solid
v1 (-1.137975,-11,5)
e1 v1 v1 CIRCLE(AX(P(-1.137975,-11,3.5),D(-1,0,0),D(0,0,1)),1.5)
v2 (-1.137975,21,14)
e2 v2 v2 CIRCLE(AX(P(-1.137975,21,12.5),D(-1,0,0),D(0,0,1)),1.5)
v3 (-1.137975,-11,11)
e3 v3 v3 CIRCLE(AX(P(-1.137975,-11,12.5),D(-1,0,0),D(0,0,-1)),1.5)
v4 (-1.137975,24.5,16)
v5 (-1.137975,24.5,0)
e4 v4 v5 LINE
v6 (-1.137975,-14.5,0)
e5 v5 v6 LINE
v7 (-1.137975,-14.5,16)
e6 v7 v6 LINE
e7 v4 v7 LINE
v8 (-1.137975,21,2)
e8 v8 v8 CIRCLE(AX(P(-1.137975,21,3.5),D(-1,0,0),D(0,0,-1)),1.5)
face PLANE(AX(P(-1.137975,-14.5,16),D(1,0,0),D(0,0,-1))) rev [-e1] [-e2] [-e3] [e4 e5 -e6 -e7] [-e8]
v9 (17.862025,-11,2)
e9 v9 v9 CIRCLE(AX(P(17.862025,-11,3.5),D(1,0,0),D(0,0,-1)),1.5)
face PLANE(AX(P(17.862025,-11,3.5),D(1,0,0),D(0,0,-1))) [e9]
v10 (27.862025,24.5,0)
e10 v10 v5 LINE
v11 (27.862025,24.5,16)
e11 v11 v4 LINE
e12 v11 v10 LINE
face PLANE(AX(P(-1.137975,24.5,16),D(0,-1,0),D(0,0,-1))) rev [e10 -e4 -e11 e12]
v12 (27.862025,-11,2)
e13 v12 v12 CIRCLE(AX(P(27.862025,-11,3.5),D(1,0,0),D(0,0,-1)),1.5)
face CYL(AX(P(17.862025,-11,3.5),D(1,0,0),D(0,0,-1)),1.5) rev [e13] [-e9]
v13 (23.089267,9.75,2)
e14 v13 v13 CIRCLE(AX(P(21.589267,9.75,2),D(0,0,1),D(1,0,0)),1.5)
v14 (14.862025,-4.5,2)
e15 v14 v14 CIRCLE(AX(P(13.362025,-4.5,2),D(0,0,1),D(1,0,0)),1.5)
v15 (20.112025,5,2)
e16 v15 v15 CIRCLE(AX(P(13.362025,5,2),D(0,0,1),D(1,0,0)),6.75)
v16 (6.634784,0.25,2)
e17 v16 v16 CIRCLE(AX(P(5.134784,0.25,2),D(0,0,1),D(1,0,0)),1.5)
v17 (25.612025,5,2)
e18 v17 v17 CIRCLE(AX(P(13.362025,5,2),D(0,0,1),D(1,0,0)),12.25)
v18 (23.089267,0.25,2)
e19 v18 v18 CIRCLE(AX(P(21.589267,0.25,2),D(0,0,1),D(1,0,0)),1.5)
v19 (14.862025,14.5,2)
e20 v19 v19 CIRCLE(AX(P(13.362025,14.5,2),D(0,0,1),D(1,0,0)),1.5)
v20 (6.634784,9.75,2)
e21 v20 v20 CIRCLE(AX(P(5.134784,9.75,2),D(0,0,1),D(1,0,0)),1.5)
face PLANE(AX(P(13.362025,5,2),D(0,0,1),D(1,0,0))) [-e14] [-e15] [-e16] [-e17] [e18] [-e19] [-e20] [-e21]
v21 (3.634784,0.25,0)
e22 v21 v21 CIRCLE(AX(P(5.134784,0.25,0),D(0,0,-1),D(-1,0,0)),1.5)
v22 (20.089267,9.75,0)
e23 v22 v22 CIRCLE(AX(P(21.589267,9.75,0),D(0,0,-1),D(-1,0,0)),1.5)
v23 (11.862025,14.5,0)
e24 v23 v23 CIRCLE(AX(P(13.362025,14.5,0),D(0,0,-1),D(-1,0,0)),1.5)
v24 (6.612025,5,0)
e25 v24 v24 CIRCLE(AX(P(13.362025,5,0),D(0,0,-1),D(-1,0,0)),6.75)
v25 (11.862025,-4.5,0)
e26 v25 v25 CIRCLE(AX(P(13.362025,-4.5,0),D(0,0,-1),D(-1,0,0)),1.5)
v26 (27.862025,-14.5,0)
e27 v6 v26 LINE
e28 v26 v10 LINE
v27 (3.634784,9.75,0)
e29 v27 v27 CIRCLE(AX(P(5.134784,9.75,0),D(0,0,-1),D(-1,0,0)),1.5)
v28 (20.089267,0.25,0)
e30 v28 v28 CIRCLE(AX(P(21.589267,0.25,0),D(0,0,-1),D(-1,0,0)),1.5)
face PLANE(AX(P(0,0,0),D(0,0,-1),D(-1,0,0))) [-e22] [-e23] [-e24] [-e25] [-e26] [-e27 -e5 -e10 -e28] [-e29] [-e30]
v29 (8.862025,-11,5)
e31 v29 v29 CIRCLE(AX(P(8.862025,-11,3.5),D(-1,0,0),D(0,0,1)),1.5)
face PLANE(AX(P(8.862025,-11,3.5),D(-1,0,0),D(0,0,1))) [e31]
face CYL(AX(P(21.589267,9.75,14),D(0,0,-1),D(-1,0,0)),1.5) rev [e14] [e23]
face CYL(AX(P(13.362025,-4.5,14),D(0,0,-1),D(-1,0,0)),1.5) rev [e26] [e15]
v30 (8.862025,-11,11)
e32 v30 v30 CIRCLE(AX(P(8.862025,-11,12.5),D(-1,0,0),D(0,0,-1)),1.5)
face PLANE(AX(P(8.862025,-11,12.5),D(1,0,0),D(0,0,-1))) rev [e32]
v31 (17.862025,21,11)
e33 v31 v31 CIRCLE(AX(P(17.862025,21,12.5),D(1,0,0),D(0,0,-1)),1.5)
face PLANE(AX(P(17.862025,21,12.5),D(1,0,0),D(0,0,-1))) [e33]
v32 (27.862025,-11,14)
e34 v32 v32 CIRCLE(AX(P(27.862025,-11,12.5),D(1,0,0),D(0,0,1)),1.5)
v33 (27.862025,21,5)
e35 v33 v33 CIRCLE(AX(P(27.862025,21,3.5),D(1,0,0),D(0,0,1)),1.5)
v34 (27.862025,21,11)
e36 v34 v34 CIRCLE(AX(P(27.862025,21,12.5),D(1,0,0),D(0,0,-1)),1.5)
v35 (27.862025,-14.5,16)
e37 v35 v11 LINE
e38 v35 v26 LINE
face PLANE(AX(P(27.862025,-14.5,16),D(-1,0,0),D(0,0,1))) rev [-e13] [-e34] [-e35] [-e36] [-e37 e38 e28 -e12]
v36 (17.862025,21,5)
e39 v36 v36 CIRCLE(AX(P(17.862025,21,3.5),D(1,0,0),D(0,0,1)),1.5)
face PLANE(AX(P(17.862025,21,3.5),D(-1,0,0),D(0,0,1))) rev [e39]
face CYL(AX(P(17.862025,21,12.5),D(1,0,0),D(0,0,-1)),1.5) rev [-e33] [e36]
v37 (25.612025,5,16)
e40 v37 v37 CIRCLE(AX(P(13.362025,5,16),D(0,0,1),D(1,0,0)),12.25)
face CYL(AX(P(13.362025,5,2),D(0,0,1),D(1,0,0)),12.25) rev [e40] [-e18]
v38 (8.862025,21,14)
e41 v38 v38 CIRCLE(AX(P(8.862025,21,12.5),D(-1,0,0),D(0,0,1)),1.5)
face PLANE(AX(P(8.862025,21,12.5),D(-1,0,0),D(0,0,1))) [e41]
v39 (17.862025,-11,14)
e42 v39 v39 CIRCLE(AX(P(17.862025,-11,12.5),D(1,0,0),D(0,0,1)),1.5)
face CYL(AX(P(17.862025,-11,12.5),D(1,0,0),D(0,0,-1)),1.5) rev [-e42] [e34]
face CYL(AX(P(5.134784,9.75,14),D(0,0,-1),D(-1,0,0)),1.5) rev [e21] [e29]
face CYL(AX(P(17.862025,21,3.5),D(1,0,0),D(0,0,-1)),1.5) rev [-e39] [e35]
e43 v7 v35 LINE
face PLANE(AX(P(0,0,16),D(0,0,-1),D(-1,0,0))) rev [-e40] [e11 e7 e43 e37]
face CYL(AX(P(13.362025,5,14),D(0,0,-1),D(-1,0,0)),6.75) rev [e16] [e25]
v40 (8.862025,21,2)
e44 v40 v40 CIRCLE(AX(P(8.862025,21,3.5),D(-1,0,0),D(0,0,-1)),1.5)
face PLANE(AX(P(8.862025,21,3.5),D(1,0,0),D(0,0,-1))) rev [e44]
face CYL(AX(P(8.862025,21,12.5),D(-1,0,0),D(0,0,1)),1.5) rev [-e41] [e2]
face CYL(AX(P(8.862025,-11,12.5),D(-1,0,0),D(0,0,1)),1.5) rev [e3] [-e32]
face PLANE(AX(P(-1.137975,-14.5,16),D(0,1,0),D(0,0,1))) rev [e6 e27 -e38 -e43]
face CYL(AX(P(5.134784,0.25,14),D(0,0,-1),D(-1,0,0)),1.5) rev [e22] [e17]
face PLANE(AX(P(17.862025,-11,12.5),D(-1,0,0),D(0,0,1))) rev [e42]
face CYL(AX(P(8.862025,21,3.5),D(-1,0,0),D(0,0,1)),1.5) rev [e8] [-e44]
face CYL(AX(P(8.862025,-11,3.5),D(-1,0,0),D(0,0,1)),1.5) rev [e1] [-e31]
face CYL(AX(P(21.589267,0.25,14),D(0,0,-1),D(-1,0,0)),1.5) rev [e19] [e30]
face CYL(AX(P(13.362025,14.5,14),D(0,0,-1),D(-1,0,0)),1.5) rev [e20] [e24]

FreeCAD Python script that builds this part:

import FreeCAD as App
import Part
import Sketcher

V = App.Vector
Q = App.Units.Quantity


def add_polygon(sketch, points):
    """Adds a closed chain of lines whose ends are joined by coincident constraints."""
    first, n = sketch.GeometryCount, len(points)
    for a, b in zip(points, points[1:] + points[:1]):
        sketch.addGeometry(Part.LineSegment(App.Vector(*a, 0), App.Vector(*b, 0)), False)
    for i in range(n):
        sketch.addConstraint(Sketcher.Constraint("Coincident", first + i, 2, first + (i + 1) % n, 1))

doc = App.newDocument("Part")
params = doc.addObject("Spreadsheet::Sheet", "Params")
for row, (alias, value) in enumerate([
    ("sketch1_width", "29 mm"),
    ("sketch1_height", "39 mm"),
    ("pad1_length", "16 mm"),
    ("sketch2_diameter", "24.5 mm"),
    ("pocket1_length", "14 mm"),
    ("sketch3_diameter", "13.5 mm"),
    ("pocket2_length", "14 mm"),
    ("sketch4_diameter", "3 mm"),
    ("pocket3_length", "14 mm"),
    ("sketch5_diameter", "3 mm"),
    ("pocket4_length", "10 mm"),
    ("sketch6_diameter", "3 mm"),
    ("pocket5_length", "10 mm"),
], start=1):
    params.set(f"A{row}", alias)
    params.set(f"B{row}", "=" + value)
    params.setAlias(f"B{row}", alias)

body = doc.addObject("PartDesign::Body", "Body")

sketch1 = body.newObject("Sketcher::SketchObject", "Sketch")
sketch1.AttachmentSupport = (doc.getObject("XY_Plane"), [""])
sketch1.MapMode = "FlatFace"
add_polygon(sketch1, [(-1, 24), (-1, -14), (28, -14), (28, 24)])
sketch1.addConstraint(Sketcher.Constraint("Vertical", 0))
sketch1.addConstraint(Sketcher.Constraint("Horizontal", 1))
sketch1.addConstraint(Sketcher.Constraint("Vertical", 2))
sketch1.addConstraint(Sketcher.Constraint("Horizontal", 3))
sketch1.addConstraint(Sketcher.Constraint("DistanceX", 1, 1, 1, 2, Q("29 mm")))
sketch1.addConstraint(Sketcher.Constraint("DistanceY", 0, 2, 0, 1, Q("39 mm")))
sketch1.addConstraint(Sketcher.Constraint("DistanceY", 0, 2, -1, 1, Q("14.5 mm")))
sketch1.addConstraint(Sketcher.Constraint("DistanceX", 0, 2, -1, 1, Q("1.137975 mm")))
sketch1.setExpression("Constraints[8]", "Params.sketch1_width")
sketch1.setExpression("Constraints[9]", "Params.sketch1_height")
pad1 = body.newObject("PartDesign::Pad", "Pad")
pad1.Profile = sketch1
pad1.setExpression("Length", "Params.pad1_length")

● **Task directions**:
Please give an exact copy of the entries above, from the line with "v23 (11.862025,14.5,0)" down to the line with "v27 (3.634784,9.75,0)", inclusive, and nothing else.

● **Task solution**:
v23 (11.862025,14.5,0)
e24 v23 v23 CIRCLE(AX(P(13.362025,14.5,0),D(0,0,-1),D(-1,0,0)),1.5)
v24 (6.612025,5,0)
e25 v24 v24 CIRCLE(AX(P(13.362025,5,0),D(0,0,-1),D(-1,0,0)),6.75)
v25 (11.862025,-4.5,0)
e26 v25 v25 CIRCLE(AX(P(13.362025,-4.5,0),D(0,0,-1),D(-1,0,0)),1.5)
v26 (27.862025,-14.5,0)
e27 v6 v26 LINE
e28 v26 v10 LINE
v27 (3.634784,9.75,0)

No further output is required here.